Are the DNA tests expensive? Are they accurate?

Here's a couple of videos of Artie:

http://www.youtube.com/watch?v=iVznFCkgnCw

http://www.youtube.com/watch?v=Ada7HlRTfWs


----------



## ArreauStandardPoodle

Plumcrazy had one of her rescues done. She could tell you the price and accuracy. I stll say GSHP, but his ears look a bit Whippetish in the videos. Both Labs and GSHP's have long ears that lay flat against the head so those ears are throwing me off a bit. In your original photos, 3 of 6 he definately looks like he has Lab in him and the ears look right there for what I think. But in the videos his ears doa funny little turn that Whippets do.


----------



## LindseyB

we never considered whippet, im going to check them out right now! They're pretty large, arent they? or are they Artie sized greyhounds? lol

But YES, the ears are what have been throwing us off this entire time! 

We were watching Dogs 101 on animal planet a couple of months ago and it was about a german shorthaired pointer, the personality description and a couple of the dogs they showed were VERY similar to artie. So I (i dont think other people agreed with me) stood by the fact that he must be part GSHP, just like you said Arreau. He is quite a high jumper and a far far leaper!


----------



## ArreauStandardPoodle

Whippets are about 20" at the shoulder and about 28 pounds, soo with GSHP, that would work.


----------



## plumcrazy

I had my shelter mix, Hannah-Banana, DNA tested in January of 2008. My vet charged me $119 (plus $7.30 postage & handling) to draw the blood, send it to Mars, and get the results back. The Mars Wisdom Panel identified 6 different breeds in Hannah plus some DNA markers too faint to identify. Hannah is Boxer, Cocker Spaniel, Great Pyrenees, Labrador Retriever, Miniature Poodle, and Vizsla! She's approximately 17" and 45 lbs. I'm so glad I had it done and it was worth it to me at the time... I believe there are several other options available now, including a cheek swab! When I did it in 2008, there weren't any other possibilities available... Here's Hannah!


----------



## LindseyB

well, that dog sure is cute to be made up of a whole mix of things! Thanks for the help


----------



## Cameo

Looks border collie-ish x pitty mix to me. 

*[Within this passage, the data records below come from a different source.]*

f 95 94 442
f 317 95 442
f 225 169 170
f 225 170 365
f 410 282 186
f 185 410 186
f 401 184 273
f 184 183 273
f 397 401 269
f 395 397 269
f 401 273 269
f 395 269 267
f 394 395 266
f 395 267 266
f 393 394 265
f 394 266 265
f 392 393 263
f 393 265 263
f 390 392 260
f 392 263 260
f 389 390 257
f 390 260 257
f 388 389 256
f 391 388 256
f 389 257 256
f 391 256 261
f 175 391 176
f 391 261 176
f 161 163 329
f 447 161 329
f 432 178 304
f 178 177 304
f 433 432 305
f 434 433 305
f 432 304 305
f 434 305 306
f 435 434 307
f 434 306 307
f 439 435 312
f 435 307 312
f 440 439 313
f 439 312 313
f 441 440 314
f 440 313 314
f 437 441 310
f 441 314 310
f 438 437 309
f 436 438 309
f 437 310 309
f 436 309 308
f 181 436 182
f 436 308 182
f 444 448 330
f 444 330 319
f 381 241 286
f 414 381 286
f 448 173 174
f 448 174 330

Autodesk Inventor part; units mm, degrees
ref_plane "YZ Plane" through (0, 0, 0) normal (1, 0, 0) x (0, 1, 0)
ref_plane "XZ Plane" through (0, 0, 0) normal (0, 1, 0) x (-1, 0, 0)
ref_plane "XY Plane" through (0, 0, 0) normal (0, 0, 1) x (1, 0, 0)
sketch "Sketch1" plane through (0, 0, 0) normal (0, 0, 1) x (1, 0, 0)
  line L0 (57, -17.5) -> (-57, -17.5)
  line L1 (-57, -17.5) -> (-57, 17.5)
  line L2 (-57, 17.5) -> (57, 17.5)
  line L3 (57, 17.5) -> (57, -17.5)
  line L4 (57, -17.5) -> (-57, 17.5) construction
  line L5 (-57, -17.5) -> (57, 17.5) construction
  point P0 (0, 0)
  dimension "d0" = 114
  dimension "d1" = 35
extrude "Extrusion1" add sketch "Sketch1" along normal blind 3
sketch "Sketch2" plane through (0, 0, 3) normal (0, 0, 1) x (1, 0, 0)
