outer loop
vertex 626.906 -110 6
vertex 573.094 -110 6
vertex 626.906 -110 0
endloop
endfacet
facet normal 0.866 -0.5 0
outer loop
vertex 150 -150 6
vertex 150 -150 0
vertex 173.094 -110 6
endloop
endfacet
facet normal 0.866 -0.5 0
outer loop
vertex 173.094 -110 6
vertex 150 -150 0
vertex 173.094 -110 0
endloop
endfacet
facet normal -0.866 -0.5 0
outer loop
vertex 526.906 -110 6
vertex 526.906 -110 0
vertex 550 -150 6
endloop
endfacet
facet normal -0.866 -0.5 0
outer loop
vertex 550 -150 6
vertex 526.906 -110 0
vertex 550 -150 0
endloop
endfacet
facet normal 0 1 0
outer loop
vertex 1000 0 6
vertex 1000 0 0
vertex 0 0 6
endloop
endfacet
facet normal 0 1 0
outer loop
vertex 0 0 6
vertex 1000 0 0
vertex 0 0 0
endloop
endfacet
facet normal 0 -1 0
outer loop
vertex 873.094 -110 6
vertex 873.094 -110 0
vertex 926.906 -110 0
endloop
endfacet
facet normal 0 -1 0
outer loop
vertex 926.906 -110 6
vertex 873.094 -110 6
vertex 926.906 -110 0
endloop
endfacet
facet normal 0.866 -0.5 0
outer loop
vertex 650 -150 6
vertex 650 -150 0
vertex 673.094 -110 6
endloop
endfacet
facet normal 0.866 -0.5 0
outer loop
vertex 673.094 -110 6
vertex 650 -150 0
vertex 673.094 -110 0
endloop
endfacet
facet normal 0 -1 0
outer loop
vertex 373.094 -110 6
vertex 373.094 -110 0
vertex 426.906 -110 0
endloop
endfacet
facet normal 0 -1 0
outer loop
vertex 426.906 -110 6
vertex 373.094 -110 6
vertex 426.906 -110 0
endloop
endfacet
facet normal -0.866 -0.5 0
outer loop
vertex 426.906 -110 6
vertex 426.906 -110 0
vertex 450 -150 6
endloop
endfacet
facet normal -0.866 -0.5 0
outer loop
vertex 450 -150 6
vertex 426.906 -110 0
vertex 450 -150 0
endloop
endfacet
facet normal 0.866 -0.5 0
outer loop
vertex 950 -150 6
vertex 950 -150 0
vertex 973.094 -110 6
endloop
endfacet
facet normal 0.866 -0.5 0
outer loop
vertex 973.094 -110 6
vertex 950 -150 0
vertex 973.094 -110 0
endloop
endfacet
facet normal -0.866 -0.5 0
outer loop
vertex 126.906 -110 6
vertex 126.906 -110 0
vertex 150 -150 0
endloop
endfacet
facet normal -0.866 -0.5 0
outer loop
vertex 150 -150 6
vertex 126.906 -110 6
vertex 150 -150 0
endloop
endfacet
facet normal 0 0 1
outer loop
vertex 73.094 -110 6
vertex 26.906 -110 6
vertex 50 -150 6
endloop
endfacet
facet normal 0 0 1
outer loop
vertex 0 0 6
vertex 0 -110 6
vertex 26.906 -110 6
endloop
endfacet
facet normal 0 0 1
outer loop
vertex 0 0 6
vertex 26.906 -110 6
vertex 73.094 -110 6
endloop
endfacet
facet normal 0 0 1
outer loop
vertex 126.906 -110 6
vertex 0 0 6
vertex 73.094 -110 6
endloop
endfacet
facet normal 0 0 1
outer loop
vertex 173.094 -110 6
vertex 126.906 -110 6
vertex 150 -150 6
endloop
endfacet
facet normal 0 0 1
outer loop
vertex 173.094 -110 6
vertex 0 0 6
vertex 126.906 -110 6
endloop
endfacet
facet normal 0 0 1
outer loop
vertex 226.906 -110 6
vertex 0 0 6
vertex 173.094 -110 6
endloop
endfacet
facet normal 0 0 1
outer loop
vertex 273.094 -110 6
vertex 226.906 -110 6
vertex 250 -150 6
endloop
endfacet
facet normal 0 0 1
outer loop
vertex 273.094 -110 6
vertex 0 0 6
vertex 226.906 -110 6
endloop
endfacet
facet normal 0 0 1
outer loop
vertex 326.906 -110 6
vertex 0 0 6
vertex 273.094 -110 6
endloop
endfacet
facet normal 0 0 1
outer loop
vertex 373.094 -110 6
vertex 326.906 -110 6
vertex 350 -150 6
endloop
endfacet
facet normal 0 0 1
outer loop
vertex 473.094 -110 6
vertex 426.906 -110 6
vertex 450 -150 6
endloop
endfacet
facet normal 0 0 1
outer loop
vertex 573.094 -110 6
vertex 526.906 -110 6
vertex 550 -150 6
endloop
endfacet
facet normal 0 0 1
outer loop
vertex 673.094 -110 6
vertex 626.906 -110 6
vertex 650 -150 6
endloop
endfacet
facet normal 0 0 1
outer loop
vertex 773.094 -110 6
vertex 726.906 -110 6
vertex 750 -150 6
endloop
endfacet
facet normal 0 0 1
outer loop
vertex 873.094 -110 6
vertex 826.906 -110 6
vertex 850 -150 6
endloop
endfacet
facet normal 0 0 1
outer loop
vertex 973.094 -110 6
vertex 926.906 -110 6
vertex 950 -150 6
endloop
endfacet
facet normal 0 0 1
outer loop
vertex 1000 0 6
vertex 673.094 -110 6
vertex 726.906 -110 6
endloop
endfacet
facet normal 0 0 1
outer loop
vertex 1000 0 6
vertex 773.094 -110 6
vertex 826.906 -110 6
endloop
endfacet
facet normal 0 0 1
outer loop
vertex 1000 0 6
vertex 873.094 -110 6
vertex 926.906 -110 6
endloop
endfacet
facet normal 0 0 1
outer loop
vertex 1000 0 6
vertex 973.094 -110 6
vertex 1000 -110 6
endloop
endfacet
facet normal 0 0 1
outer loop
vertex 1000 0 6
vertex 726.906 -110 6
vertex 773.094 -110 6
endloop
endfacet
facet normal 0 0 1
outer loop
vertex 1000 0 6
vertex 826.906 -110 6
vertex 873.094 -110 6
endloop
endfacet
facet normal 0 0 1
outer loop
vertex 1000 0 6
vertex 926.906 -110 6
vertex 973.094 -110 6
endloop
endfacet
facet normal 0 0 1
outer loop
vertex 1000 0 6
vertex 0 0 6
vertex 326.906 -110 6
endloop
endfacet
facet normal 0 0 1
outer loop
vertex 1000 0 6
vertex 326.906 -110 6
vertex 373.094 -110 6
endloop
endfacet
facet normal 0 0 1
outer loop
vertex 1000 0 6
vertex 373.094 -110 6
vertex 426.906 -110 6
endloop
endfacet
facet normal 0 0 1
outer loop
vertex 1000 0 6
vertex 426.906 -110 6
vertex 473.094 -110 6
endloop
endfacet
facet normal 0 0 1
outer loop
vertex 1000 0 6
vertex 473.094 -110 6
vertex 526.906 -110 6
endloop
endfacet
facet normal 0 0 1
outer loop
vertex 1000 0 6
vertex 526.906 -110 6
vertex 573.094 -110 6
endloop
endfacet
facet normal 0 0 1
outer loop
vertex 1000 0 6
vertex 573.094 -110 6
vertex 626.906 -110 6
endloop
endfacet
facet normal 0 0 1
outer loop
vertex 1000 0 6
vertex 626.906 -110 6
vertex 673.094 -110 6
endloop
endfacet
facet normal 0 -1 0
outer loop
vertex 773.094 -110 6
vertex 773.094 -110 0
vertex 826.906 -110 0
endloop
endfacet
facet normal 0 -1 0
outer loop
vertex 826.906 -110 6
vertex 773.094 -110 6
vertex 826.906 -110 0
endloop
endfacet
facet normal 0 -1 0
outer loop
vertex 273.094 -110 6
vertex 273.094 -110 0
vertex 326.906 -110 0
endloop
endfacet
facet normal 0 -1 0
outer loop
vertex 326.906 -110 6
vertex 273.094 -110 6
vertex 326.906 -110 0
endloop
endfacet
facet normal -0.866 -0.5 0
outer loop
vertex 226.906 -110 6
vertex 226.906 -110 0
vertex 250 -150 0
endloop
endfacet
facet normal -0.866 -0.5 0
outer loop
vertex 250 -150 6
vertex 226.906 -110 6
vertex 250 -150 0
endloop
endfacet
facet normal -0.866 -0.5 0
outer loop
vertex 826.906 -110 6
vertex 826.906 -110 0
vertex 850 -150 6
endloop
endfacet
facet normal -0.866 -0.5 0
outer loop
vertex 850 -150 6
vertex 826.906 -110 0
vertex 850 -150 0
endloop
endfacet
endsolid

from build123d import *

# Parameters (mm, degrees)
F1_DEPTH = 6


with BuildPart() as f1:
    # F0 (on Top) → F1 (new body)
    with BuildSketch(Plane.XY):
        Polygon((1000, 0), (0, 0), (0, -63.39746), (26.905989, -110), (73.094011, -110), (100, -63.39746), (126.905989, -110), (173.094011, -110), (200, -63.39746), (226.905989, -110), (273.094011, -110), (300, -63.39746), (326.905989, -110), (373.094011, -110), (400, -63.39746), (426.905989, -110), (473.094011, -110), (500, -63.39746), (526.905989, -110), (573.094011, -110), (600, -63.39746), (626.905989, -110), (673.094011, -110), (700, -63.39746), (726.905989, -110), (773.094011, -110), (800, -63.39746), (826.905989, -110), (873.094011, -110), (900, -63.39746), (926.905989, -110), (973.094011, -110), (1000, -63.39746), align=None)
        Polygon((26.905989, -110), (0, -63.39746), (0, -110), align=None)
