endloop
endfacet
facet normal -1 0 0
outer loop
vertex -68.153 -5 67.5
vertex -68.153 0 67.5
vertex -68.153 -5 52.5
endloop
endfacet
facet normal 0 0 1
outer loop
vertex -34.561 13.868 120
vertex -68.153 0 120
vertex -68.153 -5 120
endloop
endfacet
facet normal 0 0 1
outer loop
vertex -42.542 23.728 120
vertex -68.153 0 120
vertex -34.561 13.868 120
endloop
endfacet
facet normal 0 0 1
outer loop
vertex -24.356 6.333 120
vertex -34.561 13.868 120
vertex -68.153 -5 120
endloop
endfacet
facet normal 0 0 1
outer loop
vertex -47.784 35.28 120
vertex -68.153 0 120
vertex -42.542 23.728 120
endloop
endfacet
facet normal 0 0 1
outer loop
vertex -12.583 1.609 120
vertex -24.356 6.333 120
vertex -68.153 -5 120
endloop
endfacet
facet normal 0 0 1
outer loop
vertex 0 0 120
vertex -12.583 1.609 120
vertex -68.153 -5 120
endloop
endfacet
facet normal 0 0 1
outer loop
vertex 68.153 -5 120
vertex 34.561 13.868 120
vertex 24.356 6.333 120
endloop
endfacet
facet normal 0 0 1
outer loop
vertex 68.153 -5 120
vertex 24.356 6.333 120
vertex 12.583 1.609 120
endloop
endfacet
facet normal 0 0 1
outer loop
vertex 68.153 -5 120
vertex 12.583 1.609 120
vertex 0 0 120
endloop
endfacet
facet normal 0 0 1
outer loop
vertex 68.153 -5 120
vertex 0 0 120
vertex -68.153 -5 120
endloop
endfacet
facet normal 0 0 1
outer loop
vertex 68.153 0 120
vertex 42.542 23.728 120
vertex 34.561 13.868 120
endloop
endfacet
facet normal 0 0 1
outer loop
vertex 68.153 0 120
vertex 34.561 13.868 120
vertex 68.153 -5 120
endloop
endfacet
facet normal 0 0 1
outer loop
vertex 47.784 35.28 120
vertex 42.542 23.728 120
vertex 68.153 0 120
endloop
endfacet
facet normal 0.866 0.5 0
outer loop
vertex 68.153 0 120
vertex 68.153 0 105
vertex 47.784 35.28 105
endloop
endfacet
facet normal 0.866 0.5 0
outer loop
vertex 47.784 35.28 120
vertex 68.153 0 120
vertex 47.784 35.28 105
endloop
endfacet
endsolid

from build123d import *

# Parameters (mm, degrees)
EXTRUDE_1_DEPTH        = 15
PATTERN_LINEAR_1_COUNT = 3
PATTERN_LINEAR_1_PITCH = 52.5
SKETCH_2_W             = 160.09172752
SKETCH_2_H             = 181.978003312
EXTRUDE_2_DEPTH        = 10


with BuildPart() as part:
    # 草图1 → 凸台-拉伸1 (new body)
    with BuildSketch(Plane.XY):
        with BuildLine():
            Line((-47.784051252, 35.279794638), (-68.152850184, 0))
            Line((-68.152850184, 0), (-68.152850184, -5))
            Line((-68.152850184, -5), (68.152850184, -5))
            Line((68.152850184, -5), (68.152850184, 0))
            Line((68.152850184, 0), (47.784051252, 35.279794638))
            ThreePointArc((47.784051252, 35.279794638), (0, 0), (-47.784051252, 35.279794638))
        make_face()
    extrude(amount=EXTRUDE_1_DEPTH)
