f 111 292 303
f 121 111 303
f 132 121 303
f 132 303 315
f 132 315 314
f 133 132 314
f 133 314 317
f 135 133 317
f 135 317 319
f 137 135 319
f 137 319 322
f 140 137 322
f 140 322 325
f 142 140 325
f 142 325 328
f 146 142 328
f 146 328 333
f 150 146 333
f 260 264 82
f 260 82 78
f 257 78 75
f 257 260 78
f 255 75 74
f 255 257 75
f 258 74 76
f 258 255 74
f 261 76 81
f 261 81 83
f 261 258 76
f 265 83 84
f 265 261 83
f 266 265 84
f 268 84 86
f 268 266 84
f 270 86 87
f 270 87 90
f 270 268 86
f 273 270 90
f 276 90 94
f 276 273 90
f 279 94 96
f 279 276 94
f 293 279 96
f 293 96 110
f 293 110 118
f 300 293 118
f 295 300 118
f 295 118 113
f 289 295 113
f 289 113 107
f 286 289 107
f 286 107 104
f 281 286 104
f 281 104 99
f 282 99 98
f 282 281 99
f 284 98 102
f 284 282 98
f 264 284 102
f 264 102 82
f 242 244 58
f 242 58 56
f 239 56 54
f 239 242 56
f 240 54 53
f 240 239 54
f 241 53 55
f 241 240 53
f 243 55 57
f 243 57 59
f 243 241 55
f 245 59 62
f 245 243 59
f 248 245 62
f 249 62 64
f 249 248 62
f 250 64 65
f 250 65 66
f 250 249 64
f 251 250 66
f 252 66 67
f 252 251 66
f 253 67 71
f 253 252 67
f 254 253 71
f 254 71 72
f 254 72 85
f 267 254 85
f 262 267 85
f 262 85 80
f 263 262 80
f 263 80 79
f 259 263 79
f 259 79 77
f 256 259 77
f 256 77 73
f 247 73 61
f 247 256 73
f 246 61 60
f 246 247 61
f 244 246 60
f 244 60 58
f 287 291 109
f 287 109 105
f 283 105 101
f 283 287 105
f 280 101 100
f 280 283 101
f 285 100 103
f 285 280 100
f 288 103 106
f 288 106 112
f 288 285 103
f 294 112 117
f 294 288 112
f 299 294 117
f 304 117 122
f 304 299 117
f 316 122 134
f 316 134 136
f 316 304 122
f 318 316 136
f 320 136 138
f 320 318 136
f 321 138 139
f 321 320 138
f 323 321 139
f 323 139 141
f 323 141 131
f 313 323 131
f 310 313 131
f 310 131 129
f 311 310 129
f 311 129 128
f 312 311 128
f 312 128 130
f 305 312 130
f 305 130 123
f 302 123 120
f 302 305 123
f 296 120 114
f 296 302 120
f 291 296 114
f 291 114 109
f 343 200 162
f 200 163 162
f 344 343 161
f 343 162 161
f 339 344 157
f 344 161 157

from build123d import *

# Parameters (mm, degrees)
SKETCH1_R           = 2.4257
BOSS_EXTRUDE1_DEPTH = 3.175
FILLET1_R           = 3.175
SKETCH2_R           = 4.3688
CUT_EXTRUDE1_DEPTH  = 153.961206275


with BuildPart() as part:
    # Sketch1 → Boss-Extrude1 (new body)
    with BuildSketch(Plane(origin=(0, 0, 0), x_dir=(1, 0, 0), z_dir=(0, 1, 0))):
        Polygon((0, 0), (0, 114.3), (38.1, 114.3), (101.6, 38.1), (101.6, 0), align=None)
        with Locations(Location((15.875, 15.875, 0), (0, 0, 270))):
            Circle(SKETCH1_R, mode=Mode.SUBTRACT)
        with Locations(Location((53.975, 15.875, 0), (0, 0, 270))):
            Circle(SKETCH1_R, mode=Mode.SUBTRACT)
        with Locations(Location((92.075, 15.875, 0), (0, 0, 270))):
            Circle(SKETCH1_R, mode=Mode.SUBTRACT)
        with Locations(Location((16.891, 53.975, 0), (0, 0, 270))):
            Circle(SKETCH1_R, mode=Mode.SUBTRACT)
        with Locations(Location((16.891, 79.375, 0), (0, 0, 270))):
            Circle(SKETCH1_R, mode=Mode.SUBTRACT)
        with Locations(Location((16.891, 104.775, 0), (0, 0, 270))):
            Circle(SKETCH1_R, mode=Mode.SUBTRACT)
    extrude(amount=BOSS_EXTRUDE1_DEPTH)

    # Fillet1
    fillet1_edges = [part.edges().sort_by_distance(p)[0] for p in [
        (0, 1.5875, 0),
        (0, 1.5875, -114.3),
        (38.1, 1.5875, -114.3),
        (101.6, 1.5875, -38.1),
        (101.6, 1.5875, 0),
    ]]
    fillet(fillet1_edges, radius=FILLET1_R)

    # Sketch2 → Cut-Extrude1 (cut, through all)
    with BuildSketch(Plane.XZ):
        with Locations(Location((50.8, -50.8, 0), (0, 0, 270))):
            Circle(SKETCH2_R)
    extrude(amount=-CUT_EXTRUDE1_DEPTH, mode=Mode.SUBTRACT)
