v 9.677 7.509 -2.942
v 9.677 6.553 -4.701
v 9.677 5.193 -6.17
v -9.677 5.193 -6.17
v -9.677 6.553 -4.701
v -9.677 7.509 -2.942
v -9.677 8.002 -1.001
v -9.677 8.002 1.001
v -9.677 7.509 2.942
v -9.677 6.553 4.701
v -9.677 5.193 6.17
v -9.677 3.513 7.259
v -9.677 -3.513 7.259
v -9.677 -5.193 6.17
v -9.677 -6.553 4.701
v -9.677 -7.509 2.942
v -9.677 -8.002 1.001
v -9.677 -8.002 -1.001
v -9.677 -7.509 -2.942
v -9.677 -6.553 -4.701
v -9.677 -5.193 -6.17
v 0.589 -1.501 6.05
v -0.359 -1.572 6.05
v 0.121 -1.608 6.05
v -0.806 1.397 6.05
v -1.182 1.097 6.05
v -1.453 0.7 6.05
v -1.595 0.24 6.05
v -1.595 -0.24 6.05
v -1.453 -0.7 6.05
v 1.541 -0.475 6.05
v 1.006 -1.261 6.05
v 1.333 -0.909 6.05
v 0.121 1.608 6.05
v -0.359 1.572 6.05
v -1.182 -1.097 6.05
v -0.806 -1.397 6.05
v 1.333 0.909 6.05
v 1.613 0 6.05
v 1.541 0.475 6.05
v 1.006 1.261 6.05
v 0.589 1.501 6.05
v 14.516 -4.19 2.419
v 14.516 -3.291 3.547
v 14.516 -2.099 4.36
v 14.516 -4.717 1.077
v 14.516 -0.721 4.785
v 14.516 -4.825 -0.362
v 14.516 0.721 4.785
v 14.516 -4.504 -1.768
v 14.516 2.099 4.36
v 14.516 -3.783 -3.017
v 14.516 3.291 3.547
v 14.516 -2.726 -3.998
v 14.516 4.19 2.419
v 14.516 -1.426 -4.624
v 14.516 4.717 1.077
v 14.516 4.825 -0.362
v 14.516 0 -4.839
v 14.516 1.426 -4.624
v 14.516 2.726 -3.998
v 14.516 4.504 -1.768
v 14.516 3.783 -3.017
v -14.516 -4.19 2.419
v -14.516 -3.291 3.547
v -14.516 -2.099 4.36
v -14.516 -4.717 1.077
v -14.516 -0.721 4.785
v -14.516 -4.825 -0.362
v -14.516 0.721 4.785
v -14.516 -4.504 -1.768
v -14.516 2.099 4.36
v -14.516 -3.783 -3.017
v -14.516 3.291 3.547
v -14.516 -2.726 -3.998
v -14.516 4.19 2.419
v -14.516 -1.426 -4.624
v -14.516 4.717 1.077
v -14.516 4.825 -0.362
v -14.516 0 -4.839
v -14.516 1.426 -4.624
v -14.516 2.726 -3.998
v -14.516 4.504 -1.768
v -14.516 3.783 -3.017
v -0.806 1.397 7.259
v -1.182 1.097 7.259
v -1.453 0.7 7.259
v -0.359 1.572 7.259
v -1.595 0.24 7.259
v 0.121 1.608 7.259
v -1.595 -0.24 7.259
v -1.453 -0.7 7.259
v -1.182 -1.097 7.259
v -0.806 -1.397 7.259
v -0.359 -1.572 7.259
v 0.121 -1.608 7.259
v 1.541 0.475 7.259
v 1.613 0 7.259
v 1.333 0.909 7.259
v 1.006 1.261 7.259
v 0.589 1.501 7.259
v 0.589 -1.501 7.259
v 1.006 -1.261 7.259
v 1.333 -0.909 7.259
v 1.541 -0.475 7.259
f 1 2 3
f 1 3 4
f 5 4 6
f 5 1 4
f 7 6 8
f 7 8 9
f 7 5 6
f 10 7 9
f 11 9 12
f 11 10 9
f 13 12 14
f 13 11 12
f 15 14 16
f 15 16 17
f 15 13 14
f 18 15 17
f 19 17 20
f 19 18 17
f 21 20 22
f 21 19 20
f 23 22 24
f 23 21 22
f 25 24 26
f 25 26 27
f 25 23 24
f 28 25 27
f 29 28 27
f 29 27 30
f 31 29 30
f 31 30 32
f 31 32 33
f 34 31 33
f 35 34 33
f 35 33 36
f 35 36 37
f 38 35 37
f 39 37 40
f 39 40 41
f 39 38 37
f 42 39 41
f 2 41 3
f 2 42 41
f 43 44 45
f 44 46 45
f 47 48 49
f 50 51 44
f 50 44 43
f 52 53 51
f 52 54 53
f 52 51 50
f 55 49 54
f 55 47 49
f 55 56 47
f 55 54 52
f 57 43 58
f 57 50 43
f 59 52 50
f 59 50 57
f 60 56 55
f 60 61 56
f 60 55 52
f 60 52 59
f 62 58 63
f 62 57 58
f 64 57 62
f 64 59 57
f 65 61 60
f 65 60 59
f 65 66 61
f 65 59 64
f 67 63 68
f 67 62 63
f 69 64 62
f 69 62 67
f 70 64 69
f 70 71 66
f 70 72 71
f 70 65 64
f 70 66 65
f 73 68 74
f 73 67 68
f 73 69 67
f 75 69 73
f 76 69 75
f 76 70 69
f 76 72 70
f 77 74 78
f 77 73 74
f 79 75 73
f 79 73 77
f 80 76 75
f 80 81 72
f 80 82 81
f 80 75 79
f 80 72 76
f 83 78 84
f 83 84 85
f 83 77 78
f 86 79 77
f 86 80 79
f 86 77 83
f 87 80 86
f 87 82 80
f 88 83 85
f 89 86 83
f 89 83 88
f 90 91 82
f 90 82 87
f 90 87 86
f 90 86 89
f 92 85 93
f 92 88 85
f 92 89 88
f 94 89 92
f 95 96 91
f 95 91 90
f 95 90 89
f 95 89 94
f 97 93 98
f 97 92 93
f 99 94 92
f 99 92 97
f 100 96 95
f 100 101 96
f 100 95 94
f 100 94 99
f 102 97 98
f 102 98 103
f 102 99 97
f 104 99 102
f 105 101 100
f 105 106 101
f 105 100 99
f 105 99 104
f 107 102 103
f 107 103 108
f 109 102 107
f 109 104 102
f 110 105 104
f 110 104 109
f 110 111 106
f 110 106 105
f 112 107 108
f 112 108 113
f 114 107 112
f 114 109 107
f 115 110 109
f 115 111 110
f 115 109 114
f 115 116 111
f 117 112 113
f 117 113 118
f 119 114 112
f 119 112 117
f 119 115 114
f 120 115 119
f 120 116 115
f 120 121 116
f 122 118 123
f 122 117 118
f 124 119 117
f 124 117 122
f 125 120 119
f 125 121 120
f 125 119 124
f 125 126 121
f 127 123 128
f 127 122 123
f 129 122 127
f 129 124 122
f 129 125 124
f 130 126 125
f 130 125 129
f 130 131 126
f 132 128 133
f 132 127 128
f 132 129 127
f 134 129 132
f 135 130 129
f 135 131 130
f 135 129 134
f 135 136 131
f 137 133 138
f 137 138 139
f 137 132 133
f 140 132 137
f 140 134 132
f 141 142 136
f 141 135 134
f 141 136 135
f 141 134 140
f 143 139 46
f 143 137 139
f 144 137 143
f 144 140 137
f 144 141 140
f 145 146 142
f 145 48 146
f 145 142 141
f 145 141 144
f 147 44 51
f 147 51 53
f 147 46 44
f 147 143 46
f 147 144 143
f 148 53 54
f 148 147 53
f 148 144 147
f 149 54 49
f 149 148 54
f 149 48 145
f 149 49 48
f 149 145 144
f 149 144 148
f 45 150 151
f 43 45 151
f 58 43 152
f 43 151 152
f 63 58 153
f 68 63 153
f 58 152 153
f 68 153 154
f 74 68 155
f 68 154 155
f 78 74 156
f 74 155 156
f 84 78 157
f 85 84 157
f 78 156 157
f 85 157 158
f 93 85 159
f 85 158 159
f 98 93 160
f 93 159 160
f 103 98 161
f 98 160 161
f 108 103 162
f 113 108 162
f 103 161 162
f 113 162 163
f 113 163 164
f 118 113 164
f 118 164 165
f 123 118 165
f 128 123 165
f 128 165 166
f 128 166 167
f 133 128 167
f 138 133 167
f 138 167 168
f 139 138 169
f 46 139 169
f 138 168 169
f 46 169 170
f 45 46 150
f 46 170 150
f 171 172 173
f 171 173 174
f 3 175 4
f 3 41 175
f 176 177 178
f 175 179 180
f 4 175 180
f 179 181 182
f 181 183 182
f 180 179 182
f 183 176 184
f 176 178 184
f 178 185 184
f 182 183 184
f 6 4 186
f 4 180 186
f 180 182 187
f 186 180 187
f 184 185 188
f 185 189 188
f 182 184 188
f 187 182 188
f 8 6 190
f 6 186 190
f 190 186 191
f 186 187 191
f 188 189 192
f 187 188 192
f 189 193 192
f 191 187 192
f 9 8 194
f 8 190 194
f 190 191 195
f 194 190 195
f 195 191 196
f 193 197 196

The DNA test can pull DNA from WAY back to when the breeds were evolving, so I would not put TO much stock in their complete validity. As we all know, all our breeds are made up of many different breeds, so these DNA test are pulling from all the breeds that went into making up each specific breed. It's funny because anyone I've ever heard having one done, said their dog was identified to have 6 different breeds in them. 

Just today, I heard of a dog that was DNA tested and it had Rhod. Ridgeback, Pug, min pin, boxer, lab and something else. I've also heard of dogs that were DNA'ed and when at least the bitch or sire was a KNOWN purebred and that breed didnt' even show up in the profile. So, just beware, they can sometimes be misleading (not saying always). 

The dog genome project is still a work in progress  http://www.broadinstitute.org/mammals/dog


----------



## Fluffyspoos

Ima say border collie/pointer mix ^^


----------



## LindseyB

darnit!! It bugs me that we cant put our finger on what he is! I would also like to know cause we are having a heck of a time training him to come when we call him (only when we're outside) cause he could care less about us. He follows his nose and does a LOT of bird watching in the trees!!


----------



## LindseyB

Fluffyspoos said:


> Ima say border collie/pointer mix ^^


ooooh border collie/pointer!
today we looked into whippets, now im going to do border collie


----------



## plumcrazy

Cameo said:


> So, just beware, they can sometimes be misleading (not saying always).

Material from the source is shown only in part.